Segment Start: Entries supplied
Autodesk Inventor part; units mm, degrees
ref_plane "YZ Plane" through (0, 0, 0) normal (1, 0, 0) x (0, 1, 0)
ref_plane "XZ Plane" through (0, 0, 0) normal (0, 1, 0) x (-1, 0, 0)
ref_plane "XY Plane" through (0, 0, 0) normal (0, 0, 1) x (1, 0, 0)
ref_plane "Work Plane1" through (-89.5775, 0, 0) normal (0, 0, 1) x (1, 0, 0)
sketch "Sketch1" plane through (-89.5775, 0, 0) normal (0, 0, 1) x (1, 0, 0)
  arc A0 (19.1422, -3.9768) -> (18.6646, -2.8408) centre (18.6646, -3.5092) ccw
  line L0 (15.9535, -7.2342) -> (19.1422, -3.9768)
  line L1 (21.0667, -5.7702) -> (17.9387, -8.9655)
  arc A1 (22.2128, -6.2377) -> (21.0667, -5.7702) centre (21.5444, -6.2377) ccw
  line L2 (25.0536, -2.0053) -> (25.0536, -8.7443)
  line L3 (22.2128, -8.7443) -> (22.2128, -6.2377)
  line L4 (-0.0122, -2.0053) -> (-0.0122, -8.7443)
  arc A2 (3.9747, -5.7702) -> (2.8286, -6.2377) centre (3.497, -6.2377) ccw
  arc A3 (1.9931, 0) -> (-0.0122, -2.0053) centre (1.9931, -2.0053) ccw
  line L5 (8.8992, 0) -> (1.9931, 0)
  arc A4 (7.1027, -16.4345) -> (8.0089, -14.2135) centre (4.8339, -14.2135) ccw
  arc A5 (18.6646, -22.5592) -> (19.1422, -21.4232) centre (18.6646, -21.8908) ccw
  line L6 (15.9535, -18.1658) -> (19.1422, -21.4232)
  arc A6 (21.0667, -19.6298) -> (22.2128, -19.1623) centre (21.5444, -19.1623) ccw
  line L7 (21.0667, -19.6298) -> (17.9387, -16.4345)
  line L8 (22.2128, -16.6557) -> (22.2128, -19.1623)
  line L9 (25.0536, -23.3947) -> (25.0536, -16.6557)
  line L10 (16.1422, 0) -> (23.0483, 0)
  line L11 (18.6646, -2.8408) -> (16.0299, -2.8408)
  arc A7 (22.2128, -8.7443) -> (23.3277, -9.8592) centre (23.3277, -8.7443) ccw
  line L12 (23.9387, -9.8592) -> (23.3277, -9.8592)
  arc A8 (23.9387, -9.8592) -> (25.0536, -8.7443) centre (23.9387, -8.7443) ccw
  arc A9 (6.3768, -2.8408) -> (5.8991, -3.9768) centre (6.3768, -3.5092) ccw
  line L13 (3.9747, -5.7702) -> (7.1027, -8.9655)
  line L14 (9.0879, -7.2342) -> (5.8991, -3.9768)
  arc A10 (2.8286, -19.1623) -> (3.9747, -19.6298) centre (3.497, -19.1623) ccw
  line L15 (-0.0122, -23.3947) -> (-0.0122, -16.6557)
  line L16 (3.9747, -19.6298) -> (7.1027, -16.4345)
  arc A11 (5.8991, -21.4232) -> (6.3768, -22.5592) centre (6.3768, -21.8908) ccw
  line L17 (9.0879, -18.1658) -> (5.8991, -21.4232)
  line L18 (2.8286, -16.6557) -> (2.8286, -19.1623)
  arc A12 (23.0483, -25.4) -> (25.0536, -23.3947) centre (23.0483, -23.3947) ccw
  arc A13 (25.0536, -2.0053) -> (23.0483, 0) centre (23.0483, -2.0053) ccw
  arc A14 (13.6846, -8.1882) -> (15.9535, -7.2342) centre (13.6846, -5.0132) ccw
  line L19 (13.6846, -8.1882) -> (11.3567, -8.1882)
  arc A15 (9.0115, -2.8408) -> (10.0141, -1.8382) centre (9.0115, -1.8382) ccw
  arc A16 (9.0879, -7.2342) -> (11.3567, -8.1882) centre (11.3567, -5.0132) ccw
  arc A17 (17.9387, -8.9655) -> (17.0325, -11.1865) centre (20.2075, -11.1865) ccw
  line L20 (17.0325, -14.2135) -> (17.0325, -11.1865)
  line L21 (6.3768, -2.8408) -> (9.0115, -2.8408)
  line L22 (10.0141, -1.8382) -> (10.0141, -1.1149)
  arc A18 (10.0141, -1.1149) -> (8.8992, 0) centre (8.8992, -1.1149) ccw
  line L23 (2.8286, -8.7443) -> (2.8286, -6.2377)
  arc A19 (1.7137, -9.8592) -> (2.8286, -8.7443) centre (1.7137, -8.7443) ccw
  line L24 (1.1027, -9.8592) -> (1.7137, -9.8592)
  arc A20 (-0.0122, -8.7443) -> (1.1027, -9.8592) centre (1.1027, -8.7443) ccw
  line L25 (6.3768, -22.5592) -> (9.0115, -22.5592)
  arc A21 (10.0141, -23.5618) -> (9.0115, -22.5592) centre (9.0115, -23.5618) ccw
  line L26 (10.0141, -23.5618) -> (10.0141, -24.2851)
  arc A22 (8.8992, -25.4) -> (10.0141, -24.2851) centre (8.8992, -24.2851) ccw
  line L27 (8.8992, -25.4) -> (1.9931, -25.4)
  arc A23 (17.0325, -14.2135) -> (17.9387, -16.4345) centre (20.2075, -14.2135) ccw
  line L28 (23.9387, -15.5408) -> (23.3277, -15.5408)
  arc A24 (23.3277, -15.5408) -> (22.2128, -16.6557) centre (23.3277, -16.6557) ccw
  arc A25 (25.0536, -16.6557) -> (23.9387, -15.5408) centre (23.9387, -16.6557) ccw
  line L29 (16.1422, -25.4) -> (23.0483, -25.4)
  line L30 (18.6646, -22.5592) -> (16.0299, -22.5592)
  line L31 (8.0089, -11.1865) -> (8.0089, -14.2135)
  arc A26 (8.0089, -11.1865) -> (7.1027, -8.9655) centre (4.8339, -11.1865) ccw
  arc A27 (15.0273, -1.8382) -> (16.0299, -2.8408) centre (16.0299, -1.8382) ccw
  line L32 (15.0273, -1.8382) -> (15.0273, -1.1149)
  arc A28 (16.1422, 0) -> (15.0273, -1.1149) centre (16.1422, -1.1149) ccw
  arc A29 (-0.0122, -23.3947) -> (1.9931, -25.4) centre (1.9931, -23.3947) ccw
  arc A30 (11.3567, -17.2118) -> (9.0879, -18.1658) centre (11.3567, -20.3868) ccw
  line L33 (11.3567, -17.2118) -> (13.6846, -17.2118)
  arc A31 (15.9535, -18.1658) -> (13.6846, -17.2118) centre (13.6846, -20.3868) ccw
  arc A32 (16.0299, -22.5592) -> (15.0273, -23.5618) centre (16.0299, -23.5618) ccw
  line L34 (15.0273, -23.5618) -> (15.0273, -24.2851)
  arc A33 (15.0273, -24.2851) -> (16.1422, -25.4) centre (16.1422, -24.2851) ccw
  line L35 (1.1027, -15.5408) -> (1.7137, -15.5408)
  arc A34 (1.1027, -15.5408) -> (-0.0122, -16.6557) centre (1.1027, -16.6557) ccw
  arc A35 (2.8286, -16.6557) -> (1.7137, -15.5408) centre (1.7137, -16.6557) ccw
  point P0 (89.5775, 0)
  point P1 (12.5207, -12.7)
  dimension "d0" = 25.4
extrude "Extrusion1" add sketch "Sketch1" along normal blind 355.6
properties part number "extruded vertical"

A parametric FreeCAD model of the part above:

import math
import FreeCAD as App
import Part
import Sketcher
from FreeCAD import Vector
Q = App.Units.Quantity

doc = App.newDocument("Part")
body = doc.addObject("PartDesign::Body", "Body")

# Sketch on XY plane
sketch1 = body.newObject("Sketcher::SketchObject", "Sketch")
sketch1.AttachmentSupport = (doc.getObject("XY_Plane"), [""])
sketch1.MapMode = "FlatFace"
sketch1.addGeometry([
    Part.ArcOfCircle(Part.Circle(Vector(-70.9129, -3.5092, 0), Vector(0, 0, 1), 0.668395), math.radians(-44.393846), math.radians(90)),  # 0
    Part.LineSegment(Vector(-70.4353, -3.9768, 0), Vector(-73.624, -7.2342, 0)),  # 1
    Part.ArcOfCircle(Part.Circle(Vector(-75.8929, -5.0132, 0), Vector(0, 0, 1), 3.175), math.radians(-90), math.radians(-44.38877)),  # 2
    Part.LineSegment(Vector(-75.8929, -8.1882, 0), Vector(-78.2208, -8.1882, 0)),  # 3
    Part.ArcOfCircle(Part.Circle(Vector(-78.2208, -5.0132, 0), Vector(0, 0, 1), 3.174948), math.radians(-135.609968), math.radians(-90)),  # 4
    Part.LineSegment(Vector(-80.4896, -7.2342, 0), Vector(-83.6784, -3.9768, 0)),  # 5
    Part.ArcOfCircle(Part.Circle(Vector(-83.2007, -3.5092, 0), Vector(0, 0, 1), 0.6684), math.radians(90), math.radians(224.38785)),  # 6
    Part.LineSegment(Vector(-83.2007, -2.8408, 0), Vector(-80.566, -2.8408, 0)),  # 7
    Part.ArcOfCircle(Part.Circle(Vector(-80.566, -1.8382, 0), Vector(0, 0, 1), 1.0026), math.radians(-90), math.radians(0)),  # 8
    Part.LineSegment(Vector(-79.5634, -1.8382, 0), Vector(-79.5634, -1.1149, 0)),  # 9
    Part.ArcOfCircle(Part.Circle(Vector(-80.6783, -1.1149, 0), Vector(0, 0, 1), 1.1149), math.radians(0), math.radians(90)),  # 10
    Part.LineSegment(Vector(-80.6783, 0, 0), Vector(-87.5844, 0, 0)),  # 11
    Part.ArcOfCircle(Part.Circle(Vector(-87.5844, -2.0053, 0), Vector(0, 0, 1), 2.0053), math.radians(90), math.radians(180)),  # 12
    Part.LineSegment(Vector(-89.5897, -2.0053, 0), Vector(-89.5897, -8.7443, 0)),  # 13
    Part.ArcOfCircle(Part.Circle(Vector(-88.4748, -8.7443, 0), Vector(0, 0, 1), 1.1149), math.radians(180), math.radians(270)),  # 14
    Part.LineSegment(Vector(-88.4748, -9.8592, 0), Vector(-87.8638, -9.8592, 0)),  # 15
    Part.ArcOfCircle(Part.Circle(Vector(-87.8638, -8.7443, 0), Vector(0, 0, 1), 1.1149), math.radians(-90), math.radians(0)),  # 16
    Part.LineSegment(Vector(-86.7489, -8.7443, 0), Vector(-86.7489, -6.2377, 0)),  # 17
    Part.ArcOfCircle(Part.Circle(Vector(-86.0805, -6.2377, 0), Vector(0, 0, 1), 0.668396), math.radians(44.381724), math.radians(180)),  # 18
    Part.LineSegment(Vector(-85.6028, -5.7702, 0), Vector(-82.4748, -8.9655, 0)),  # 19
    Part.ArcOfCircle(Part.Circle(Vector(-84.7436, -11.1865, 0), Vector(0, 0, 1), 3.175), math.radians(0), math.radians(44.390032)),  # 20
    Part.LineSegment(Vector(-81.5686, -11.1865, 0), Vector(-81.5686, -14.2135, 0)),  # 21
    Part.ArcOfCircle(Part.Circle(Vector(-84.7436, -14.2135, 0), Vector(0, 0, 1), 3.174948), math.radians(-44.390032), math.radians(0)),  # 22
    Part.LineSegment(Vector(-82.4748, -16.4345, 0), Vector(-85.6028, -19.6298, 0)),  # 23
    Part.ArcOfCircle(Part.Circle(Vector(-86.0805, -19.1623, 0), Vector(0, 0, 1), 0.6684), math.radians(180), math.radians(315.618276)),  # 24
    Part.LineSegment(Vector(-86.7489, -19.1623, 0), Vector(-86.7489, -16.6557, 0)),  # 25
    Part.ArcOfCircle(Part.Circle(Vector(-87.8638, -16.6557, 0), Vector(0, 0, 1), 1.1149), math.radians(0), math.radians(90)),  # 26
    Part.LineSegment(Vector(-87.8638, -15.5408, 0), Vector(-88.4748, -15.5408, 0)),  # 27
    Part.ArcOfCircle(Part.Circle(Vector(-88.4748, -16.6557, 0), Vector(0, 0, 1), 1.1149), math.radians(90), math.radians(180)),  # 28
    Part.LineSegment(Vector(-89.5897, -16.6557, 0), Vector(-89.5897, -23.3947, 0)),  # 29
    Part.ArcOfCircle(Part.Circle(Vector(-87.5844, -23.3947, 0), Vector(0, 0, 1), 2.0053), math.radians(180), math.radians(270)),  # 30
    Part.LineSegment(Vector(-87.5844, -25.4, 0), Vector(-80.6783, -25.4, 0)),  # 31
    Part.ArcOfCircle(Part.Circle(Vector(-80.6783, -24.2851, 0), Vector(0, 0, 1), 1.1149), math.radians(-90), math.radians(0)),  # 32
    Part.LineSegment(Vector(-79.5634, -24.2851, 0), Vector(-79.5634, -23.5618, 0)),  # 33
    Part.ArcOfCircle(Part.Circle(Vector(-80.566, -23.5618, 0), Vector(0, 0, 1), 1.0026), math.radians(0), math.radians(90)),  # 34
    Part.LineSegment(Vector(-80.566, -22.5592, 0), Vector(-83.2007, -22.5592, 0)),  # 35
    Part.ArcOfCircle(Part.Circle(Vector(-83.2007, -21.8908, 0), Vector(0, 0, 1), 0.668466), math.radians(135.61215), math.radians(270)),  # 36
    Part.LineSegment(Vector(-83.6784, -21.4232, 0), Vector(-80.4896, -18.1658, 0)),  # 37
    Part.ArcOfCircle(Part.Circle(Vector(-78.2208, -20.3868, 0), Vector(0, 0, 1), 3.175), math.radians(90), math.radians(135.609968)),  # 38
    Part.LineSegment(Vector(-78.2208, -17.2118, 0), Vector(-75.8929, -17.2118, 0)),  # 39
    Part.ArcOfCircle(Part.Circle(Vector(-75.8929, -20.3868, 0), Vector(0, 0, 1), 3.175019), math.radians(44.38877), math.radians(90)),  # 40
    Part.LineSegment(Vector(-73.624, -18.1658, 0), Vector(-70.4353, -21.4232, 0)),  # 41
    Part.ArcOfCircle(Part.Circle(Vector(-70.9129, -21.8908, 0), Vector(0, 0, 1), 0.6684), math.radians(-90), math.radians(44.393846)),  # 42
    Part.LineSegment(Vector(-70.9129, -22.5592, 0), Vector(-73.5476, -22.5592, 0)),  # 43
    Part.ArcOfCircle(Part.Circle(Vector(-73.5476, -23.5618, 0), Vector(0, 0, 1), 1.0026), math.radians(90), math.radians(180)),  # 44
    Part.LineSegment(Vector(-74.5502, -23.5618, 0), Vector(-74.5502, -24.2851, 0)),  # 45
    Part.ArcOfCircle(Part.Circle(Vector(-73.4353, -24.2851, 0), Vector(0, 0, 1), 1.1149), math.radians(180), math.radians(270)),  # 46
    Part.LineSegment(Vector(-73.4353, -25.4, 0), Vector(-66.5292, -25.4, 0)),  # 47
    Part.ArcOfCircle(Part.Circle(Vector(-66.5292, -23.3947, 0), Vector(0, 0, 1), 2.0053), math.radians(-90), math.radians(0)),  # 48
    Part.LineSegment(Vector(-64.5239, -23.3947, 0), Vector(-64.5239, -16.6557, 0)),  # 49
    Part.ArcOfCircle(Part.Circle(Vector(-65.6388, -16.6557, 0), Vector(0, 0, 1), 1.1149), math.radians(0), math.radians(90)),  # 50
    Part.LineSegment(Vector(-65.6388, -15.5408, 0), Vector(-66.2498, -15.5408, 0)),  # 51
    Part.ArcOfCircle(Part.Circle(Vector(-66.2498, -16.6557, 0), Vector(0, 0, 1), 1.1149), math.radians(90), math.radians(180)),  # 52
    Part.LineSegment(Vector(-67.3647, -16.6557, 0), Vector(-67.3647, -19.1623, 0)),  # 53
    Part.ArcOfCircle(Part.Circle(Vector(-68.0331, -19.1623, 0), Vector(0, 0, 1), 0.668396), math.radians(-135.618276), math.radians(0)),  # 54
    Part.LineSegment(Vector(-68.5108, -19.6298, 0), Vector(-71.6388, -16.4345, 0)),  # 55
    Part.ArcOfCircle(Part.Circle(Vector(-69.37, -14.2135, 0), Vector(0, 0, 1), 3.175), math.radians(180), math.radians(224.390032)),  # 56
    Part.LineSegment(Vector(-72.545, -14.2135, 0), Vector(-72.545, -11.1865, 0)),  # 57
Segment End: Entries supplied
Task description — Extract from the records above the lines from the one containing "arc A10 (2.8286, -19.1623)" to the one containing "arc A11 (5.8991, -21.4232)", both lines included, exactly as they appear and with nothing else.

Task solution —
  arc A10 (2.8286, -19.1623) -> (3.9747, -19.6298) centre (3.497, -19.1623) ccw
  line L15 (-0.0122, -23.3947) -> (-0.0122, -16.6557)
  line L16 (3.9747, -19.6298) -> (7.1027, -16.4345)
  arc A11 (5.8991, -21.4232) -> (6.3768, -22.5592) centre (6.3768, -21.8908) ccw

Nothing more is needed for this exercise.